Il a souligné que le sujet doit être étudié par des politologues et stratèges, pas seulement des historiens : « Nous devons avoir une position claire sur ce que nous voulons dire au monde concernant le Génocide. Cela demande action, pas seulement discours. »
« La gestion de notre identité est fondamentale. Nous devons nous demander ce que signifie être un peuple ayant survécu au génocide, et comment l’utiliser comme force motrice plutôt que source permanente de douleur », a-t-il conclu.
Selon le Premier ministre, « les relations entre l’État et l’Église sont globalement comme elles devraient être. L’État ne doit pas s’immiscer dans les affaires de l’Église, et vice-versa. »

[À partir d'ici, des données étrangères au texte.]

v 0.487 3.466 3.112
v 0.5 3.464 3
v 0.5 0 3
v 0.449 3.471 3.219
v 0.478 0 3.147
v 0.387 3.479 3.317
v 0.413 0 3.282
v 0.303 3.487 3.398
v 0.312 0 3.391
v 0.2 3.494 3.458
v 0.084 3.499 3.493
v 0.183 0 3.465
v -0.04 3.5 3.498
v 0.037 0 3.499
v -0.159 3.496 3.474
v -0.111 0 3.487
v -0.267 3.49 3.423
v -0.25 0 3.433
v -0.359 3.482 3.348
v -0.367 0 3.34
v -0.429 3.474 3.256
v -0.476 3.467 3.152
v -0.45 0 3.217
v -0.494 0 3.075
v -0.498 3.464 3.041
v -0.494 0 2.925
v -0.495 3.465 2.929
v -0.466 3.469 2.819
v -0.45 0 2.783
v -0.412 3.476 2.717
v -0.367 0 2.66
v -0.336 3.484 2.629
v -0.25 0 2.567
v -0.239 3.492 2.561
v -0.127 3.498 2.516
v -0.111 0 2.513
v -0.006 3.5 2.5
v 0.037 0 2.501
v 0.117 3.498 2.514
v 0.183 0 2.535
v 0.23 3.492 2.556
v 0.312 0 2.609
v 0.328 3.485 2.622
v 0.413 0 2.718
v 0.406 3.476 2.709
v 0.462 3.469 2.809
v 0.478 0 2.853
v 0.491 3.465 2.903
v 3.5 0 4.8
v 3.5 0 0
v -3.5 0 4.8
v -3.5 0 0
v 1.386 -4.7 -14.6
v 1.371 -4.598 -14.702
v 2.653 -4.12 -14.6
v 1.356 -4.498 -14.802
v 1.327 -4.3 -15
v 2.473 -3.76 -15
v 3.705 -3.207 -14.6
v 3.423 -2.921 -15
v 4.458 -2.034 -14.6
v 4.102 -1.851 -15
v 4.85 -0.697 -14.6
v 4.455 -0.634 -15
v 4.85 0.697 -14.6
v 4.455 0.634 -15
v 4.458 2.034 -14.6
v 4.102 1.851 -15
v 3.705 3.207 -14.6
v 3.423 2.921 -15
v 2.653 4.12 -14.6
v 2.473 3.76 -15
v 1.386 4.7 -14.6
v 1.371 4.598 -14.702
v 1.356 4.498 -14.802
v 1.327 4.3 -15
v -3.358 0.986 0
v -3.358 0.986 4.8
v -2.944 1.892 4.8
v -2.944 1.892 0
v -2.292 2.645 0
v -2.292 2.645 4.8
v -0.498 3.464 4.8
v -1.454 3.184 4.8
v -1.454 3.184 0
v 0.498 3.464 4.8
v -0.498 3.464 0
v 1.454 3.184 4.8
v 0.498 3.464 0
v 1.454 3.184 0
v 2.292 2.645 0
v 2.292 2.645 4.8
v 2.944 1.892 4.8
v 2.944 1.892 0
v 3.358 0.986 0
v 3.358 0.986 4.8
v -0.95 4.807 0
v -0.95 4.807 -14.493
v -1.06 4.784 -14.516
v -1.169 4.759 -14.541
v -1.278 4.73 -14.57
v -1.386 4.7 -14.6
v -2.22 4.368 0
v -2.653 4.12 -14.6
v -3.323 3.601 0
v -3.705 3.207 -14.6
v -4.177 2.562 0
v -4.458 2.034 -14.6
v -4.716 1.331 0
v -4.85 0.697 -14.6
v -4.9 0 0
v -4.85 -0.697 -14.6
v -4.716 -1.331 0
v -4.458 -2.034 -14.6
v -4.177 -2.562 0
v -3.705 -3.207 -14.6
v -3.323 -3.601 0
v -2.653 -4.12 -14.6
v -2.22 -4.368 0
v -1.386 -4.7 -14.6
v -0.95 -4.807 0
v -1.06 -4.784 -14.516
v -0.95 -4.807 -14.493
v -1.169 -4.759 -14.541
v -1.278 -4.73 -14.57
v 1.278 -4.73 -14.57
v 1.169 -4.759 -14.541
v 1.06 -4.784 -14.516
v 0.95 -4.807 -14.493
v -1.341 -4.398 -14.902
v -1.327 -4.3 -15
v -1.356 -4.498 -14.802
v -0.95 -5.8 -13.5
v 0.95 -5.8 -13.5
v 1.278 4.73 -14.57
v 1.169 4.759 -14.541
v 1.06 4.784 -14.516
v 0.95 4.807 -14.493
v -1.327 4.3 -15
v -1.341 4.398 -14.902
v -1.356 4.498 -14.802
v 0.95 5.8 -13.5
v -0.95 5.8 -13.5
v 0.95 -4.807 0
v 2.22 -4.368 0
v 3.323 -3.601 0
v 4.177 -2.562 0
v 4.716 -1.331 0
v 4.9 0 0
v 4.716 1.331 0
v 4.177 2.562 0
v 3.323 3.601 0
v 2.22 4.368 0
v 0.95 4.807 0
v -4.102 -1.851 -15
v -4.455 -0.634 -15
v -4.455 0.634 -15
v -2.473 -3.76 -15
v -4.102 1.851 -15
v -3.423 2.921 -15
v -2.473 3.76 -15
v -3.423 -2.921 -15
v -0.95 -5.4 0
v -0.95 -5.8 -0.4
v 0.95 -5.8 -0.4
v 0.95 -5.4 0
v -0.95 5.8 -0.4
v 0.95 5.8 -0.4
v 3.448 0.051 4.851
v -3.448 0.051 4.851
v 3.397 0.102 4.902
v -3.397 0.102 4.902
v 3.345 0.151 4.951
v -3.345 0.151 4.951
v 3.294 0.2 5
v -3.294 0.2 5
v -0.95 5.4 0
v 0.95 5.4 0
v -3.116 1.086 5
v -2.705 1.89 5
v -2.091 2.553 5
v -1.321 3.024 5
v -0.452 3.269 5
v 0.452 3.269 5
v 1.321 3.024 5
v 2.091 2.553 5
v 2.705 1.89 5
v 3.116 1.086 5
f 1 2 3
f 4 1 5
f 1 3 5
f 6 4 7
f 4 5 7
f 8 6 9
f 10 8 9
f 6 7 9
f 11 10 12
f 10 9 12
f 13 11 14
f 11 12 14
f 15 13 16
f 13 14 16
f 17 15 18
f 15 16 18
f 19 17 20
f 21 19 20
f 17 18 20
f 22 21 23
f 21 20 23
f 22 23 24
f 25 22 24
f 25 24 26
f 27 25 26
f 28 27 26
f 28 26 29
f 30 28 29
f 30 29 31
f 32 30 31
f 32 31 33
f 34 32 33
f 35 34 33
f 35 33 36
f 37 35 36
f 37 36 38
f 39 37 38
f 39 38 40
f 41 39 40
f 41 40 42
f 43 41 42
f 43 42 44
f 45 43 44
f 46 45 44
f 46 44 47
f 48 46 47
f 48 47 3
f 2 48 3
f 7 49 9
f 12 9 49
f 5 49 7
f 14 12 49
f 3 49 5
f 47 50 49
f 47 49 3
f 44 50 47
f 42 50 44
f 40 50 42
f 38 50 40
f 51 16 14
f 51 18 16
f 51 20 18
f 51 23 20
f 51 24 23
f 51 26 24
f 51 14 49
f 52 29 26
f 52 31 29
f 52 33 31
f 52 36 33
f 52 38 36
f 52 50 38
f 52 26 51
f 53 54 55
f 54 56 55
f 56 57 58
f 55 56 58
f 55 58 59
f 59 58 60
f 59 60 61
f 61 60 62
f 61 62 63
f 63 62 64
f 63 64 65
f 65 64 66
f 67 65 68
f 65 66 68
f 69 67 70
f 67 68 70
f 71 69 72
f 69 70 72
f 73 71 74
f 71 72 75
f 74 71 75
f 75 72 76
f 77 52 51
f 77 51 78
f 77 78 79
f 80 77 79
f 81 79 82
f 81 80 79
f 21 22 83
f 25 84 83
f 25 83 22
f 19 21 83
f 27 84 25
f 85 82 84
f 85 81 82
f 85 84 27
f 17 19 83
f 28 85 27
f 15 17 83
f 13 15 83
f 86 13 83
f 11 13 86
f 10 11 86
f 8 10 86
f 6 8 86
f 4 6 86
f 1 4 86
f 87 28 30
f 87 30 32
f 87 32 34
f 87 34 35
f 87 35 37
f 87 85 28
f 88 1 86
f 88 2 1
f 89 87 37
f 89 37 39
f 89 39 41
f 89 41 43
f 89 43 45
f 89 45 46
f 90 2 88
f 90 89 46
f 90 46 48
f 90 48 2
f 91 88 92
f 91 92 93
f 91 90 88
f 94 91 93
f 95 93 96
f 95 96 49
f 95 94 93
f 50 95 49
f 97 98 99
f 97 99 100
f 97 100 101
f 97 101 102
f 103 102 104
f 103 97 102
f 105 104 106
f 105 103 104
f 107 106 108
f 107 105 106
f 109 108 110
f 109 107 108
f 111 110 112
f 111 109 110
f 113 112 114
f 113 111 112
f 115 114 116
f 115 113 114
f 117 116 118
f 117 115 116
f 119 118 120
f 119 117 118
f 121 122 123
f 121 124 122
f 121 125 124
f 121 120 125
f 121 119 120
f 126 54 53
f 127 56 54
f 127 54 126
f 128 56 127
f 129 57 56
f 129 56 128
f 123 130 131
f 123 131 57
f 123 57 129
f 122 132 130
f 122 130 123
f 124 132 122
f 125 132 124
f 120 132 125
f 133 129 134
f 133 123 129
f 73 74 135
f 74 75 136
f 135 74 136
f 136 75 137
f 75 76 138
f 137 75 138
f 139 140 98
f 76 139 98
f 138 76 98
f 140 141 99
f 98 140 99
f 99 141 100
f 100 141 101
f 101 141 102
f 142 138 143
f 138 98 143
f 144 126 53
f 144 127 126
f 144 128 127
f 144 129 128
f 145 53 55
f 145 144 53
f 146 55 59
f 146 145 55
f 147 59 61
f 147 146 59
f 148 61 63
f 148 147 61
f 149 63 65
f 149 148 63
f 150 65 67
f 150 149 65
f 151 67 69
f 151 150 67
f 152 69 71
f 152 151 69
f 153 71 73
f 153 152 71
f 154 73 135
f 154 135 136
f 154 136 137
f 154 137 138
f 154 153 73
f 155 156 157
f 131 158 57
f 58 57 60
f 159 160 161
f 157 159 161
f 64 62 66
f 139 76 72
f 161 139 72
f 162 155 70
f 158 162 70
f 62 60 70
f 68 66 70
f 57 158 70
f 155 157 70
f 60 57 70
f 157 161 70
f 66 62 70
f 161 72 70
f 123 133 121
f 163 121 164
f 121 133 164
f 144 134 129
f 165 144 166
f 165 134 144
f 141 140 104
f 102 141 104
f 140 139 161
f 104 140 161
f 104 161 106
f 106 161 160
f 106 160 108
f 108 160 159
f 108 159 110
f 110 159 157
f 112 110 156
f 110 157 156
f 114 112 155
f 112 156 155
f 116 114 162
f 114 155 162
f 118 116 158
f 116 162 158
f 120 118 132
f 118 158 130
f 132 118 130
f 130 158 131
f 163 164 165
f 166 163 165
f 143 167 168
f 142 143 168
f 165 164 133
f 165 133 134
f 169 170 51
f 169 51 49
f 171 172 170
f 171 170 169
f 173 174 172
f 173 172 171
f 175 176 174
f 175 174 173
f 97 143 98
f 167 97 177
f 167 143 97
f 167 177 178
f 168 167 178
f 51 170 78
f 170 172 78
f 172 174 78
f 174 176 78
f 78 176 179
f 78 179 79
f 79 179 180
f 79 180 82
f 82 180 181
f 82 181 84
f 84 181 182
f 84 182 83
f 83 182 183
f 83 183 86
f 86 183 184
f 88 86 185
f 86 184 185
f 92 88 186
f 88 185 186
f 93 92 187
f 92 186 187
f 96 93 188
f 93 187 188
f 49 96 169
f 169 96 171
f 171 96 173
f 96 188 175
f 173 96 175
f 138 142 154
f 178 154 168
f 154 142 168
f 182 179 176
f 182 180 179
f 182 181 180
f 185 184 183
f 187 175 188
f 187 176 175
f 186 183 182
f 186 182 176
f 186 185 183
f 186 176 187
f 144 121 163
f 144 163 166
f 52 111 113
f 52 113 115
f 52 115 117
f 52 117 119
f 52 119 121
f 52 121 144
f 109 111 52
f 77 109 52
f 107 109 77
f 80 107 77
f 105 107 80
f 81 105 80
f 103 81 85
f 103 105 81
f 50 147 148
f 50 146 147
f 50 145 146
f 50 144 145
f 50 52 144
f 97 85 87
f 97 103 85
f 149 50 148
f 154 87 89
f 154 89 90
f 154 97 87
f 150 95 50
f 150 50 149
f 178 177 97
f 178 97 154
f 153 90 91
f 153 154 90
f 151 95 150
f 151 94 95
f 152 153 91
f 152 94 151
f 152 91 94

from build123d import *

# Parameters (mm, degrees)
F1_R          = 4.9
F2_DEPTH      = 5
F2_DEPTH_BACK = 15
F5_W          = 1.9
F5_H          = 15
F3_R          = 4.9
F7_DEPTH      = 5.001
F8_R          = 0.5
F9_DEPTH      = 5.801
F10_SIZE      = 0.2
F11_SIZE      = 0.4
F12_T1_DEPTH  = 9.6150489639
F13_SIZE      = 0.4


# Not quite as in the source:
# - a fillet or chamfer that OpenCascade refuses, or shapes differently, is made with other operations: its cross-section is extruded or revolved along the edge and cut away or added
# - a pattern or mirror of a feature is missing from the dataset's text; its kind, count and spacing are read off the source's solid


with BuildPart() as f2:
    # F1 (on Top) → F2 (new body, two sides)
    with BuildSketch(Plane.XY) as f2_sk:
        Circle(F1_R)
    extrude(amount=F2_DEPTH)
    extrude(f2_sk.sketch, amount=-F2_DEPTH_BACK)

    # F5 (on offset) → F6 (join, up to the next surface of F2)
    with BuildSketch(Plane.XZ.offset(-5.8)):
        with Locations((0, -7.5)):
            Rectangle(F5_W, F5_H)
    f6 = extrude(until=Until.NEXT)

    # F6_copies: F6 across plane
    add(f6.mirror(Plane(origin=(0, 0, 0), x_dir=(0, 0, -1), z_dir=(0, -1, 0))))

    # F3 (on Top) → F7 (cut, through all)
    with BuildSketch(Plane.XY):
        Circle(F3_R)
        with BuildLine():
            ThreePointArc((-3.5, 0), (0, 3.5), (3.5, 0))
            Line((3.5, 0), (-3.5, 0))
        make_face(mode=Mode.SUBTRACT)
    extrude(amount=F7_DEPTH, mode=Mode.SUBTRACT)

    # F8 (on face) → F9 (cut, through all)
    with BuildSketch(Plane.XZ):
        with Locations((0, 3)):
            Circle(F8_R)
    extrude(amount=-F9_DEPTH, mode=Mode.SUBTRACT)

    # F10
    f10_edges = [f2.edges().sort_by_distance(p)[0] for p in [
        (0, 3.5, 5),
        (0, 0, 5),
    ]]
    chamfer(f10_edges, length=F10_SIZE)

    # F11
    f11_edges = [f2.edges().sort_by_distance(p)[0] for p in [
        (-4.9, 0, -15),
    ]]
    chamfer(f11_edges, length=F11_SIZE)

    # F12: chamfer of 1.5 on 2 edges, made by hand

    # F12_s2 → F12_t1 (cut)
    with BuildSketch(Plane.YZ.offset(-4.8075244819)):
        Polygon((4.3, -15), (5.8, -13.5), (5.8, -15), align=None)
        Polygon((-4.3, -15), (-5.8, -13.5), (-5.8, -15), align=None)
    extrude(amount=F12_T1_DEPTH, mode=Mode.SUBTRACT)

    # F13
    f13_edges = [f2.edges().sort_by_distance(p)[0] for p in [
        (0, 5.8, 0),
        (0, -5.8, 0),
        (4.9, 0, -15),
    ]]
    chamfer(f13_edges, length=F13_SIZE)


solid = f2.part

« L’émigration de la Diaspora est plus importante que celle d’Arménie. Quand une personne d’origine arménienne ne parle plus arménien, ne vit plus selon les traditions arméniennes, même si elle garde son nom de famille mais ne s’identifie plus à la nation arménienne, c’est une émigration. Il n’y a jamais eu autant d’émigration en Arménie qu’il y en a maintenant dans la Diaspora. La seule façon de sauver la Diaspora est la République d’Arménie », a-t-il martelé.